Huntress

Home > Romance > Huntress > Page 11
Huntress Page 11

by Susan Copperfield


  I’d been as much of the target as her. I’d made my stand. The inevitability of the family curse hung heavily on my shoulders, and it dictated where I drove.

  What was the point of fighting against the inevitable I’d spent years struggling to ignore? I’d run out of reasons why. My family had been my reason to keep putting one foot in front of the other.

  News of my abdication would cause the royal family trouble, but the kingdom would enjoy the stability Grégoire could provide. Unlike me, he was more aggressive about finding the perfect woman for him. I gave it one or two years before he settled down. His queen would unlock his ability to control his talent, and life would go on.

  He had the extra years I didn’t to find someone. When the weight of his future crown came crashing down, he’d have every reason to do as the rest of our bloodline had. One day, if I lived long enough for it to matter, I might even feel guilty over leaving him to do my job.

  I needed to stop being overly optimistic about the future I had left.

  Every spring, I picked a new forest to occupy, although I’d avoided the larger ones, wary of venturing too deep into the woods to make it out on my own. My old rules no longer applied; becoming lost no longer factored into my choice. Of the forests within Illinois’s borders, Huron-Manistee provided everything I needed to disappear without a trace. Not even the royal family could search a million acres with much hope of success. If Christian told them my secret, they’d need more than luck to find a turkey, assuming I stayed off the radar and survived until the spring.

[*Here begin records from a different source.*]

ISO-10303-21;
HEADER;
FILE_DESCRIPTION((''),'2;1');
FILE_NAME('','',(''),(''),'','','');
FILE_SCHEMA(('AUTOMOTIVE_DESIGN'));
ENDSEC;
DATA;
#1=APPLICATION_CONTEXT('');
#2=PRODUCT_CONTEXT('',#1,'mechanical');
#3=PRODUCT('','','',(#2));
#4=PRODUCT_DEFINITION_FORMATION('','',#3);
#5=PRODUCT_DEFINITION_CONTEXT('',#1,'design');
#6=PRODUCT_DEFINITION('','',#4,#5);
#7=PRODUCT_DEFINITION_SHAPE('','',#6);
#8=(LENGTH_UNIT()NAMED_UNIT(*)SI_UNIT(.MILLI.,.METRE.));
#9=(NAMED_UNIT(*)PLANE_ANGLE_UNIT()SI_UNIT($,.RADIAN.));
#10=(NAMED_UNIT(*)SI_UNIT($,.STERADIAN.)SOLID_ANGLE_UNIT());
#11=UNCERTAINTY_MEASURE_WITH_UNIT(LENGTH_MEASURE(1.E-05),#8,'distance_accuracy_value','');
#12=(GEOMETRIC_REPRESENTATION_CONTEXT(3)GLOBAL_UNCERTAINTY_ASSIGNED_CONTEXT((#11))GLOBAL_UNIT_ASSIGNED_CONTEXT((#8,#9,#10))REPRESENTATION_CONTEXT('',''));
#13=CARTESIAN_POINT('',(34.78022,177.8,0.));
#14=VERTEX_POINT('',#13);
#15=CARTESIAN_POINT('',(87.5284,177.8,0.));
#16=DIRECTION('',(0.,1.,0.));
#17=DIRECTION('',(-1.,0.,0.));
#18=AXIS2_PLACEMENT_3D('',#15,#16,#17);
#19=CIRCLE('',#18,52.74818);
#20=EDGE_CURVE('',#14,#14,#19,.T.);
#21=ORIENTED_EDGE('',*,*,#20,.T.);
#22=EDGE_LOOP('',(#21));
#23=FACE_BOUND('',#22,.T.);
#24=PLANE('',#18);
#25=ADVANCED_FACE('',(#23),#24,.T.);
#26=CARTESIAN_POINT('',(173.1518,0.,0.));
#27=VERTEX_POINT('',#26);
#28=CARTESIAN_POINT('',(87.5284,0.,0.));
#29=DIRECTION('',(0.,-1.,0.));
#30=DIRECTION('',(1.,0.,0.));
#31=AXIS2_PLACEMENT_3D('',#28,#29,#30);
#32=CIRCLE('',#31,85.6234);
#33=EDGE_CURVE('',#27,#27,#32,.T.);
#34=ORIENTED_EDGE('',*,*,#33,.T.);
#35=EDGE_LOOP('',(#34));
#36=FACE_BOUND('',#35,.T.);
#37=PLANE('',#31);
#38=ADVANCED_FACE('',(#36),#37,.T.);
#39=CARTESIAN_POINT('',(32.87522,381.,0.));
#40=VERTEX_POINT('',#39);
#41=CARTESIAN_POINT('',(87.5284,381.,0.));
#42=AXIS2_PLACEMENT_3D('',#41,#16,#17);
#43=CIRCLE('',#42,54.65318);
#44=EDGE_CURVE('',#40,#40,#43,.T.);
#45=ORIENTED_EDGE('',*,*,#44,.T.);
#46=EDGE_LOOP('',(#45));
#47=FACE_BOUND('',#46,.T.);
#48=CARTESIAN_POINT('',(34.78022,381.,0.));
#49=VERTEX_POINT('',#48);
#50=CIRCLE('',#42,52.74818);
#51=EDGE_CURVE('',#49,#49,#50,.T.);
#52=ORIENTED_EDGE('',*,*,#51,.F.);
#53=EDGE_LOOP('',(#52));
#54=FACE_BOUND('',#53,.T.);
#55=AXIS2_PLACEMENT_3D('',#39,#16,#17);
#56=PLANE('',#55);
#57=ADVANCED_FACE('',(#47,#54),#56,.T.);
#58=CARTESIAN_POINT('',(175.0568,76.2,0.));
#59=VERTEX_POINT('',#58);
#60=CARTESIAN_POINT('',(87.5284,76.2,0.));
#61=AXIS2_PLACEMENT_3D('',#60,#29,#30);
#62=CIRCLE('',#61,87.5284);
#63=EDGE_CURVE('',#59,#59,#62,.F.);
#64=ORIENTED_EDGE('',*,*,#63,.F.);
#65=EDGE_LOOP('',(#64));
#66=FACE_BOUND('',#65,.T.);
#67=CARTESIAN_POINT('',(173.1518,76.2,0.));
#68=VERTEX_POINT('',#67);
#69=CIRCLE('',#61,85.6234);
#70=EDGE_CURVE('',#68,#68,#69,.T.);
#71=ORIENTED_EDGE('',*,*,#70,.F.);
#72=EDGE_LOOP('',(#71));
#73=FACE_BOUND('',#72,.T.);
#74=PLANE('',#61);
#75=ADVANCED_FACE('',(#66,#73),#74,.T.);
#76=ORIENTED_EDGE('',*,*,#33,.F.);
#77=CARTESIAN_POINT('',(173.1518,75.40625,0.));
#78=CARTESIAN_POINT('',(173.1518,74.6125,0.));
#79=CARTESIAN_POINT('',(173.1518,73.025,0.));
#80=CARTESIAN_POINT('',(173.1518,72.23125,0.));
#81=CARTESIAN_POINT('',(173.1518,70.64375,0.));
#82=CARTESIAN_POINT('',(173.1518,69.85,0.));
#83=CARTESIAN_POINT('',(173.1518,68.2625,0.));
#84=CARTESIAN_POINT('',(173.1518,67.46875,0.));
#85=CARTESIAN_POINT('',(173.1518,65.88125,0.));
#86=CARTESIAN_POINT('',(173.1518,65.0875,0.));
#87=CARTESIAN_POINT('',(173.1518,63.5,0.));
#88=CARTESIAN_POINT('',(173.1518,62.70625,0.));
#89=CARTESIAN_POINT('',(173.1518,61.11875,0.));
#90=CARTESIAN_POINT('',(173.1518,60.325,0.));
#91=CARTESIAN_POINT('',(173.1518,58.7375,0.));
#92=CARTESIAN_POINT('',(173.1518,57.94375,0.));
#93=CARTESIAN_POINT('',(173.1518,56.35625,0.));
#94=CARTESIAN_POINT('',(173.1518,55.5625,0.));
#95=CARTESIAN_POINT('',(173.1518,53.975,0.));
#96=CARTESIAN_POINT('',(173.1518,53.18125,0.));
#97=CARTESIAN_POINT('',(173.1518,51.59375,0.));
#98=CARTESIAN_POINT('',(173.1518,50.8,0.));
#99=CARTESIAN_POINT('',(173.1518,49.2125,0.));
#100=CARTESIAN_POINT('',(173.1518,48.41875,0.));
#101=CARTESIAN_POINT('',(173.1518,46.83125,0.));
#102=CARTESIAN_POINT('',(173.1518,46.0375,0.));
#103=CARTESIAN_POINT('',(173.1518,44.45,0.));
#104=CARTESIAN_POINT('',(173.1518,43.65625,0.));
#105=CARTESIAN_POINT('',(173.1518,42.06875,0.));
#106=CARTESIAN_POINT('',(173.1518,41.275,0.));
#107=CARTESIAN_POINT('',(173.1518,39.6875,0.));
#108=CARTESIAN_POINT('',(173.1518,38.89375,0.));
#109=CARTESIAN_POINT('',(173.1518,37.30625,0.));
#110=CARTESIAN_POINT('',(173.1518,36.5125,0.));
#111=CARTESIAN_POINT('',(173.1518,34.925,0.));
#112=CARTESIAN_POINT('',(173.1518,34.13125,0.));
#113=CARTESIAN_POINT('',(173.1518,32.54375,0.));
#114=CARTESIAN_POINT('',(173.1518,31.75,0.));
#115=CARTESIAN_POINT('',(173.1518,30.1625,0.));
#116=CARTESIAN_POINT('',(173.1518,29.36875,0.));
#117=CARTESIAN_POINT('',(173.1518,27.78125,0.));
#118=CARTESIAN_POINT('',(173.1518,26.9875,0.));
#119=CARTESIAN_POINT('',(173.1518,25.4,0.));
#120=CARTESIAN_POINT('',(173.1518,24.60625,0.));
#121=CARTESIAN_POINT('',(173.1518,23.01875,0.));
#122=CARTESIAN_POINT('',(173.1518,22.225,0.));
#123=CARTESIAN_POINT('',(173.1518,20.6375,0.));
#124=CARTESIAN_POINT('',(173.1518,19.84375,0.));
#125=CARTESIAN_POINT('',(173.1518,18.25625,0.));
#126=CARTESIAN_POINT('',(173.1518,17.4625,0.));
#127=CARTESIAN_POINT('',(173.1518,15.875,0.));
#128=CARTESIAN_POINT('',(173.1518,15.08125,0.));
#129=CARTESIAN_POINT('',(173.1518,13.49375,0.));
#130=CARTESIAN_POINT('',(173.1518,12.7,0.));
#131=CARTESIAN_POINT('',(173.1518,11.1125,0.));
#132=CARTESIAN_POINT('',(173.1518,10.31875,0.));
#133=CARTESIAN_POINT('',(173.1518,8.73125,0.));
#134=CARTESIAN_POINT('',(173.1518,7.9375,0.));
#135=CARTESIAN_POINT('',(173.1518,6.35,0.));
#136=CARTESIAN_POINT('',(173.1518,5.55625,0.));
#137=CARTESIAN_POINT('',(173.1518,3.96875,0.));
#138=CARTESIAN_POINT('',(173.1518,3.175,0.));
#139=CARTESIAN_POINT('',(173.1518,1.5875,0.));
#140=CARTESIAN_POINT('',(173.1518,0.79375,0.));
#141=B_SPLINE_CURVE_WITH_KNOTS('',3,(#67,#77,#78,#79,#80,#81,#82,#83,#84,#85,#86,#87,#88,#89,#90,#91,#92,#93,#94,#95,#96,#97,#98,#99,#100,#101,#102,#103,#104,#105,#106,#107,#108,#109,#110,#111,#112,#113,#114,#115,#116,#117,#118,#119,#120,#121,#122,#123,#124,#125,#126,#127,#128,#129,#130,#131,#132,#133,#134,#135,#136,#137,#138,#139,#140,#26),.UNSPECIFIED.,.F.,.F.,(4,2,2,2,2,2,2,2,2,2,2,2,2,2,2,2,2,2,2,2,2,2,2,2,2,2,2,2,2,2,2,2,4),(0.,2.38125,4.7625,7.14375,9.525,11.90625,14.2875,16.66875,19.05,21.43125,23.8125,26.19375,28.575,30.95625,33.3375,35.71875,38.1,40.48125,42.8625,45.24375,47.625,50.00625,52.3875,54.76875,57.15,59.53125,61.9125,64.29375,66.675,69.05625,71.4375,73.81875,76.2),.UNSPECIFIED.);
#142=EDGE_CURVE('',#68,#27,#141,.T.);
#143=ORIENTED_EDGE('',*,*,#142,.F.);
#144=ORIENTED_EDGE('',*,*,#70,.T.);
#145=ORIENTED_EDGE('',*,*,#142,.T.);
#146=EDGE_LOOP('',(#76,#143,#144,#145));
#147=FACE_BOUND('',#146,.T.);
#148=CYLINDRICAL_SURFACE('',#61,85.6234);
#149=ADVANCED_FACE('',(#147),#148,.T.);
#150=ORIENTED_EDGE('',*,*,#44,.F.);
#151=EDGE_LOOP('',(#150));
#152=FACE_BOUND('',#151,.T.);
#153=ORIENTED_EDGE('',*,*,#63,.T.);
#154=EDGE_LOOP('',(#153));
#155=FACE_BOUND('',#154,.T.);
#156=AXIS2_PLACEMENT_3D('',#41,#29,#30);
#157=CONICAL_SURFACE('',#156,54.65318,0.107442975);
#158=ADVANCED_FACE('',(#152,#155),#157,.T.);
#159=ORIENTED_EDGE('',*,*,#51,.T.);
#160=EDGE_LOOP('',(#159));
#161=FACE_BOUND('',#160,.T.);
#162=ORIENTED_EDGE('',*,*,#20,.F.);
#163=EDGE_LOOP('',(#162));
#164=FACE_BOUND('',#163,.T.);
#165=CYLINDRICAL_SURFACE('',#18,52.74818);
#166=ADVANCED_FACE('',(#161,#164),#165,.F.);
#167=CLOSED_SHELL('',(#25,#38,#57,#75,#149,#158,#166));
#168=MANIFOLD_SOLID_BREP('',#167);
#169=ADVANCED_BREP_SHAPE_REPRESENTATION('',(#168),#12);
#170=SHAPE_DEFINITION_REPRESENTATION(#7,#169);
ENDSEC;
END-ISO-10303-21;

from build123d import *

# Parameters (mm, degrees)
SKETCH2_R          = 52.74818
CUT_EXTRUDE1_DEPTH = 203.2
SKETCH3_OUTSIDE_W  = 267.931
SKETCH3_OUTSIDE_H  = 267.93
SKETCH3_OUTSIDE_R  = 85.6234
CUT_EXTRUDE2_DEPTH = 76.2


with BuildPart() as part:
    # Sketch1 → Revolve1 (revolve)
    with BuildSketch(Plane.XY):
        Polygon((0, 0), (0, 76.2), (32.87522, 381), (87.5284, 381), (87.5284, 0), align=None)
    revolve(axis=Axis((87.5284, 381, 0), (0, -1, 0)))

    # Sketch2 → Cut-Extrude1 (cut)
    with BuildSketch(Plane(origin=(0, 381, 0), x_dir=(1, 0, 0), z_dir=(0, 1, 0))):
        with Locations(Location((87.5284, 0, 0), (0, 0, 180))):
            Circle(SKETCH2_R)
    extrude(amount=-CUT_EXTRUDE1_DEPTH, mode=Mode.SUBTRACT)

    # Sketch3 outside → Cut-Extrude2 (cut)
    with BuildSketch(Plane.XZ):
        with Locations((87.5285, 0)):
            Rectangle(SKETCH3_OUTSIDE_W, SKETCH3_OUTSIDE_H)
        with Locations((87.5284, 0)):
            Circle(SKETCH3_OUTSIDE_R, mode=Mode.SUBTRACT)
    extrude(amount=-CUT_EXTRUDE2_DEPTH, mode=Mode.SUBTRACT)


solid = part.part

  Living for that long would be a challenge, one I wasn’t certain I could overcome anymore.

  The drive to Huron-Manistee took me five hours, and I parked in the public lot after paying ten dollars in penance at one of the automated machines to keep the vehicle there until nightfall without anyone paying it any attention. Sometime after dark, someone would run the tags and report my car’s presence. They might tow it for safe keeping, but my registration information would come up.

  They’d know who owned the vehicle.

  I didn’t have much time to venture into the park and lose myself among the trees.

  If all went as I expected, the royal family would delay announcing my abdication for as long as possible in the hopes of a reversal, one I had no intention of signing.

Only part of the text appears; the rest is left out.